- **Task to complete**:
Here are the records. Write out exactly the lines between the one holding "f 157 155 113" and the one holding "f 101 103 161", inclusive.

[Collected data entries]
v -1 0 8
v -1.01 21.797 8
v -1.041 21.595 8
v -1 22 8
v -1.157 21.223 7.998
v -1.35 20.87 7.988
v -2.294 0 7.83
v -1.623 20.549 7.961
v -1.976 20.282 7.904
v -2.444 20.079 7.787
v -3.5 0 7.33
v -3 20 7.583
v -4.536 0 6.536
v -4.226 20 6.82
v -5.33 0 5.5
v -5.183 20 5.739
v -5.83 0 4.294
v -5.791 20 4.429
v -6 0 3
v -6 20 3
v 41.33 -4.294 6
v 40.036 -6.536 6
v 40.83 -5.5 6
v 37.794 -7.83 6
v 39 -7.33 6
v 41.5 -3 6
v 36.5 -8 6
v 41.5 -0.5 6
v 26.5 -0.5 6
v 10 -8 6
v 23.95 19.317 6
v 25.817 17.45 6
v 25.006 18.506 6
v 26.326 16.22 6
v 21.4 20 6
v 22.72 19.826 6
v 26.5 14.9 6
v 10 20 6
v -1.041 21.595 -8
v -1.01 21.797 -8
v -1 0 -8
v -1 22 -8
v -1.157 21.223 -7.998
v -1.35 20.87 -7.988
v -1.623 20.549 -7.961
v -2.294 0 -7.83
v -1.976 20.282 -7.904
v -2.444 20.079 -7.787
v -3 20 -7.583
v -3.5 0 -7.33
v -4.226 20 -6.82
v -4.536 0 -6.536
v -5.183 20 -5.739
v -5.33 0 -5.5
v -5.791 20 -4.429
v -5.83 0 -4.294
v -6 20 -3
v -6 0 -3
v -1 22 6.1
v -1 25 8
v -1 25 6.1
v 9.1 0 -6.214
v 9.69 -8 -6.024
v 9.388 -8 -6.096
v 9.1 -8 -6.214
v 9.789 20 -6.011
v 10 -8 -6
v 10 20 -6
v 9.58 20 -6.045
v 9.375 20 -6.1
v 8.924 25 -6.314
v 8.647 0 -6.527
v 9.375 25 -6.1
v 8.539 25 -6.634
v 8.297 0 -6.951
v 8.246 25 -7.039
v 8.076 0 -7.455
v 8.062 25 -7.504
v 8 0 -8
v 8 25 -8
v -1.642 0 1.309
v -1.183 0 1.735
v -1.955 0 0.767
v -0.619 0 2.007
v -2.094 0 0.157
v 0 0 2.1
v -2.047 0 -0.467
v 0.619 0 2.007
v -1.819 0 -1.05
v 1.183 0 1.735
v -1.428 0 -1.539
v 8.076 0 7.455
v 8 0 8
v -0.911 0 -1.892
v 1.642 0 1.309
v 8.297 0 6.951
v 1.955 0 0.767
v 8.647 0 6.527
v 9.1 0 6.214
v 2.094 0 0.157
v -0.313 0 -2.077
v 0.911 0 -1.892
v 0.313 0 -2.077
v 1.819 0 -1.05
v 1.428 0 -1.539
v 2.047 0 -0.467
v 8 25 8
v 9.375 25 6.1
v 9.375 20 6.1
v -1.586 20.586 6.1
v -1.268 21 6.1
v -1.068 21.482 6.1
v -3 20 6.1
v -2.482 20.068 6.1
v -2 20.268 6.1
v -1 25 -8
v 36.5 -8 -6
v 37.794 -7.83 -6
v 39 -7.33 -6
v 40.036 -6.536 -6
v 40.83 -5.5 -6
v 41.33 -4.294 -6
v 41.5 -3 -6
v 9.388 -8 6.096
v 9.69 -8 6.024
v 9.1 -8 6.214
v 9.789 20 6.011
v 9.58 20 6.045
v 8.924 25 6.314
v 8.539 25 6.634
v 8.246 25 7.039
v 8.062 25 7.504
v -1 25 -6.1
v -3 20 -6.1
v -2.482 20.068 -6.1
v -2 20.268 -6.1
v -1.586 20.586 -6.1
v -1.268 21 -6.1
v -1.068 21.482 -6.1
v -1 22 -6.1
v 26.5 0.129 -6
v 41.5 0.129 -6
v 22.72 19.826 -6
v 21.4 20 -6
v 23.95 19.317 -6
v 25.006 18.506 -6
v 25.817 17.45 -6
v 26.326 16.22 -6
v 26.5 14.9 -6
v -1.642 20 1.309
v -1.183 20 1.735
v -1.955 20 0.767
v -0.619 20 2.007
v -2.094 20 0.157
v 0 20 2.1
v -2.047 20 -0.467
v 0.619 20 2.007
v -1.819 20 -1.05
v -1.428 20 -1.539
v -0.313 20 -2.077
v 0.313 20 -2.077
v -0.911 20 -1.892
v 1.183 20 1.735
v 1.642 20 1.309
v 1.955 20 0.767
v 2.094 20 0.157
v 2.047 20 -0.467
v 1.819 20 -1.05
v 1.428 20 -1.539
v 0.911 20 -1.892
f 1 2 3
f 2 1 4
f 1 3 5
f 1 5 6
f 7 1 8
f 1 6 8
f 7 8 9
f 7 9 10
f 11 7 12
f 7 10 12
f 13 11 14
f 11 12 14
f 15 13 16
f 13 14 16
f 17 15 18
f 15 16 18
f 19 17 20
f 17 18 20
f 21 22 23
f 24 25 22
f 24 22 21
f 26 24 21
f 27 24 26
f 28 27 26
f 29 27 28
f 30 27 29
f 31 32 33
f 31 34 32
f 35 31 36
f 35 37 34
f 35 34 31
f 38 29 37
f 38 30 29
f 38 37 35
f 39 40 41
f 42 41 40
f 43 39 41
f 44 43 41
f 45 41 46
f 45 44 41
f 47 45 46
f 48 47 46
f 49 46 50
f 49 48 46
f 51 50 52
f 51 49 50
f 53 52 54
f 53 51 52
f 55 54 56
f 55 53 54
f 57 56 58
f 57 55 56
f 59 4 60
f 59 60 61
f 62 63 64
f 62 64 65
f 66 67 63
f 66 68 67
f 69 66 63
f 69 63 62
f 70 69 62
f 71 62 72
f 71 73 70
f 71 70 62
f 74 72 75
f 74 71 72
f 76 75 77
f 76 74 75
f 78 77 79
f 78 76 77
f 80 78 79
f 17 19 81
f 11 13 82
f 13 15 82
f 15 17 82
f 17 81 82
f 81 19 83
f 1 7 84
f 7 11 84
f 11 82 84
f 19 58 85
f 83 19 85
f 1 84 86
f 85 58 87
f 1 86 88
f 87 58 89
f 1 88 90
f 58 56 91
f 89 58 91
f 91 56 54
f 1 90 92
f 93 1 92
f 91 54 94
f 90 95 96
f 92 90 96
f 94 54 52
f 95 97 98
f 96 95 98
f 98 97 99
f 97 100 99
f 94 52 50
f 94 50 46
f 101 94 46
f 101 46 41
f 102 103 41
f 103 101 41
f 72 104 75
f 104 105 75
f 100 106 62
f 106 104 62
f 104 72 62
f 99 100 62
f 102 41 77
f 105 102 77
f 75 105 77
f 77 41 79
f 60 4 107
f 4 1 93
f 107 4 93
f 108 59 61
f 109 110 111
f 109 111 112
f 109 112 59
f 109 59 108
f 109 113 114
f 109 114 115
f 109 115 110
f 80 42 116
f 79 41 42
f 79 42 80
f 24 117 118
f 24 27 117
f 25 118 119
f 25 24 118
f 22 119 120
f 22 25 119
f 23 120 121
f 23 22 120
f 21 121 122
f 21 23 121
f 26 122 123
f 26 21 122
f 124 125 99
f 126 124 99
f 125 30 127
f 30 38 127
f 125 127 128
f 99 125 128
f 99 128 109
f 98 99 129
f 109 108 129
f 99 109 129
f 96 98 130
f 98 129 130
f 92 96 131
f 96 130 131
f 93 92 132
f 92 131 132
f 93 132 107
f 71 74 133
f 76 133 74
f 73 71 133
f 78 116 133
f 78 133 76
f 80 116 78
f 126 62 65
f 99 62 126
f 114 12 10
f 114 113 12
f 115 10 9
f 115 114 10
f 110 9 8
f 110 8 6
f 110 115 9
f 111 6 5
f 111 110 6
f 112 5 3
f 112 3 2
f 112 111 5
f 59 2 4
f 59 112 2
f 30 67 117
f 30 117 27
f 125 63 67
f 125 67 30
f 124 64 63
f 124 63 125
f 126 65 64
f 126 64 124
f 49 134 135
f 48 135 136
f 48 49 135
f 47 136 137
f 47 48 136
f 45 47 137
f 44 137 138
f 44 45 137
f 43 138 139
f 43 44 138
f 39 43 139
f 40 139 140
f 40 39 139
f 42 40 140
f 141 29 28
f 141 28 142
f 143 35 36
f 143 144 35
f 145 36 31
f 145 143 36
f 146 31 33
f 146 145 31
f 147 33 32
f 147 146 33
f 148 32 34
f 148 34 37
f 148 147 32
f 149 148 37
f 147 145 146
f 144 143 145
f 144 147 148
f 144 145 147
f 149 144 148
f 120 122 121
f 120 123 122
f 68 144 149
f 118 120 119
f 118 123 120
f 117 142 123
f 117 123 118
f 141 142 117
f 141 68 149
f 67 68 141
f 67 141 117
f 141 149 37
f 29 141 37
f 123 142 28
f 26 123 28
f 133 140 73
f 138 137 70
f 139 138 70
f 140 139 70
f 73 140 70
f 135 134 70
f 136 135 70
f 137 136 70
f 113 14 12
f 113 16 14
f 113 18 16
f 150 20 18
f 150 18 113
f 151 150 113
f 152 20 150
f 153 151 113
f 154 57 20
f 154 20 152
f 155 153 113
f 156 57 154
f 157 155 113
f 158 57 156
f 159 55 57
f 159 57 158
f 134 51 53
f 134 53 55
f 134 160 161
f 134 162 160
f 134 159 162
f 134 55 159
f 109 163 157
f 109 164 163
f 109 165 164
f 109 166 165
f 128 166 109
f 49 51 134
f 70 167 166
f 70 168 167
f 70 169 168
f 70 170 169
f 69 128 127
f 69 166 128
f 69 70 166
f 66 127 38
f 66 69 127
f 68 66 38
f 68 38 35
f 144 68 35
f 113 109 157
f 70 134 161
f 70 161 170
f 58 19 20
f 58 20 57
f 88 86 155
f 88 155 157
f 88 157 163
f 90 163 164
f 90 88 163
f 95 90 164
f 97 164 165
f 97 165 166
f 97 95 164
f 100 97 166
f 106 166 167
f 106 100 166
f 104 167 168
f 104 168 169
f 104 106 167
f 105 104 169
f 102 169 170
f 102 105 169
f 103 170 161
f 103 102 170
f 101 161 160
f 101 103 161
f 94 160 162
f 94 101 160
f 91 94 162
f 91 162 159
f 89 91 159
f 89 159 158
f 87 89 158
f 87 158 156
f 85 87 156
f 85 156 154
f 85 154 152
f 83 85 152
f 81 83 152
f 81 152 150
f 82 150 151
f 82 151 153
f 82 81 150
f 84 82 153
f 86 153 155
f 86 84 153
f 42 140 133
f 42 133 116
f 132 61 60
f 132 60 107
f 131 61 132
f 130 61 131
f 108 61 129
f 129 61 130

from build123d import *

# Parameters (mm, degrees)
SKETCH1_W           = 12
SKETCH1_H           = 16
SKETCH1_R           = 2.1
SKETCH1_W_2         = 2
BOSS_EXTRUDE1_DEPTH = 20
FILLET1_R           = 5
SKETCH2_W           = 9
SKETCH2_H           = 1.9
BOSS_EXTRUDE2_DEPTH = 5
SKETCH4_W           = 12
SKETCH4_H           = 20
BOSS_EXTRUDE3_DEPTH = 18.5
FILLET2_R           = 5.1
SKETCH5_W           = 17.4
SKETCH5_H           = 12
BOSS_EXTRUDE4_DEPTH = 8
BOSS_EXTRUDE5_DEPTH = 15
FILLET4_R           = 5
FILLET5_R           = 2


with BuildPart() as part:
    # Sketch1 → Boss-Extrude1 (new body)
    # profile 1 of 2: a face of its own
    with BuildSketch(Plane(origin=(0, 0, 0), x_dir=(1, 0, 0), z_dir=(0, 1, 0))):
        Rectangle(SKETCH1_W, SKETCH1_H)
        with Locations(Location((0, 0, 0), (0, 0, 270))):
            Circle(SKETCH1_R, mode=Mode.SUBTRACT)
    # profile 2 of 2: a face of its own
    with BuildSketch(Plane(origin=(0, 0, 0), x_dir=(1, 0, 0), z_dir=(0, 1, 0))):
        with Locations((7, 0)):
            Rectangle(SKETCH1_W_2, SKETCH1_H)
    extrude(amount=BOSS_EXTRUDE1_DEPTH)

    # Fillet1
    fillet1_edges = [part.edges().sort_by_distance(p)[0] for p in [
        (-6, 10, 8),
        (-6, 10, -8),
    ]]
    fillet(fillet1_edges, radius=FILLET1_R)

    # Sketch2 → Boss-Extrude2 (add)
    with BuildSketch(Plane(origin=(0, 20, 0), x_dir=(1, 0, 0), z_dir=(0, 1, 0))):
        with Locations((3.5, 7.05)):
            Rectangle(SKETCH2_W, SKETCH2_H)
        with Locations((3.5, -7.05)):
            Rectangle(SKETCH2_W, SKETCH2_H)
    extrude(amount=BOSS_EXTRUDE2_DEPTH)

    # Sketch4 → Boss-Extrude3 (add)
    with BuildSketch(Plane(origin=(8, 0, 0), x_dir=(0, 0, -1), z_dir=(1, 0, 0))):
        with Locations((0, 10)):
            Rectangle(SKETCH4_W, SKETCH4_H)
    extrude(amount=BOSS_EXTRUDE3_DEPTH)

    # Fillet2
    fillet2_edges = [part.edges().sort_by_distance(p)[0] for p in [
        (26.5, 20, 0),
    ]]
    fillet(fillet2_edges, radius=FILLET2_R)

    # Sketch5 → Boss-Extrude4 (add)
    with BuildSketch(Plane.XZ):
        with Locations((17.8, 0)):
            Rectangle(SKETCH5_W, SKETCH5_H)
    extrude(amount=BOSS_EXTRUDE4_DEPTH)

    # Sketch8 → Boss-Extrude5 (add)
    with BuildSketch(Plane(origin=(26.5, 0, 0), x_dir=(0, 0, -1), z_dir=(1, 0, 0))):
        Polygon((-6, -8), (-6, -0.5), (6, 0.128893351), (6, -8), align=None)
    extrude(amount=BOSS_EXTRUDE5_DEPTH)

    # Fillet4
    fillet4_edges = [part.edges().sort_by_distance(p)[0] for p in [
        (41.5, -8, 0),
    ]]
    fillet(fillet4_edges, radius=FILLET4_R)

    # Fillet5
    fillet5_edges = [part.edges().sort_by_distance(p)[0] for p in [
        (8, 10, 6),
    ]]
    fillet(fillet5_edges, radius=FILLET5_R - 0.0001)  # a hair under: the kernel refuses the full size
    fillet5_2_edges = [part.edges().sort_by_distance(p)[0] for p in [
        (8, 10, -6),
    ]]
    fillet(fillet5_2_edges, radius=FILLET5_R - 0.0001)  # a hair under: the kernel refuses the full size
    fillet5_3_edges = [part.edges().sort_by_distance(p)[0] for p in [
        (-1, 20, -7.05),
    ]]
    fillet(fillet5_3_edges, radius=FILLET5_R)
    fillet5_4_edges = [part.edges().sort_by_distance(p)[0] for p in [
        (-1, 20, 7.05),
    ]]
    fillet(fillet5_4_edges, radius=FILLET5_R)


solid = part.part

- **Task result**:
f 157 155 113
f 158 57 156
f 159 55 57
f 159 57 158
f 134 51 53
f 134 53 55
f 134 160 161
f 134 162 160
f 134 159 162
f 134 55 159
f 109 163 157
f 109 164 163
f 109 165 164
f 109 166 165
f 128 166 109
f 49 51 134
f 70 167 166
f 70 168 167
f 70 169 168
f 70 170 169
f 69 128 127
f 69 166 128
f 69 70 166
f 66 127 38
f 66 69 127
f 68 66 38
f 68 38 35
f 144 68 35
f 113 109 157
f 70 134 161
f 70 161 170
f 58 19 20
f 58 20 57
f 88 86 155
f 88 155 157
f 88 157 163
f 90 163 164
f 90 88 163
f 95 90 164
f 97 164 165
f 97 165 166
f 97 95 164
f 100 97 166
f 106 166 167
f 106 100 166
f 104 167 168
f 104 168 169
f 104 106 167
f 105 104 169
f 102 169 170
f 102 105 169
f 103 170 161
f 103 102 170
f 101 161 160
f 101 103 161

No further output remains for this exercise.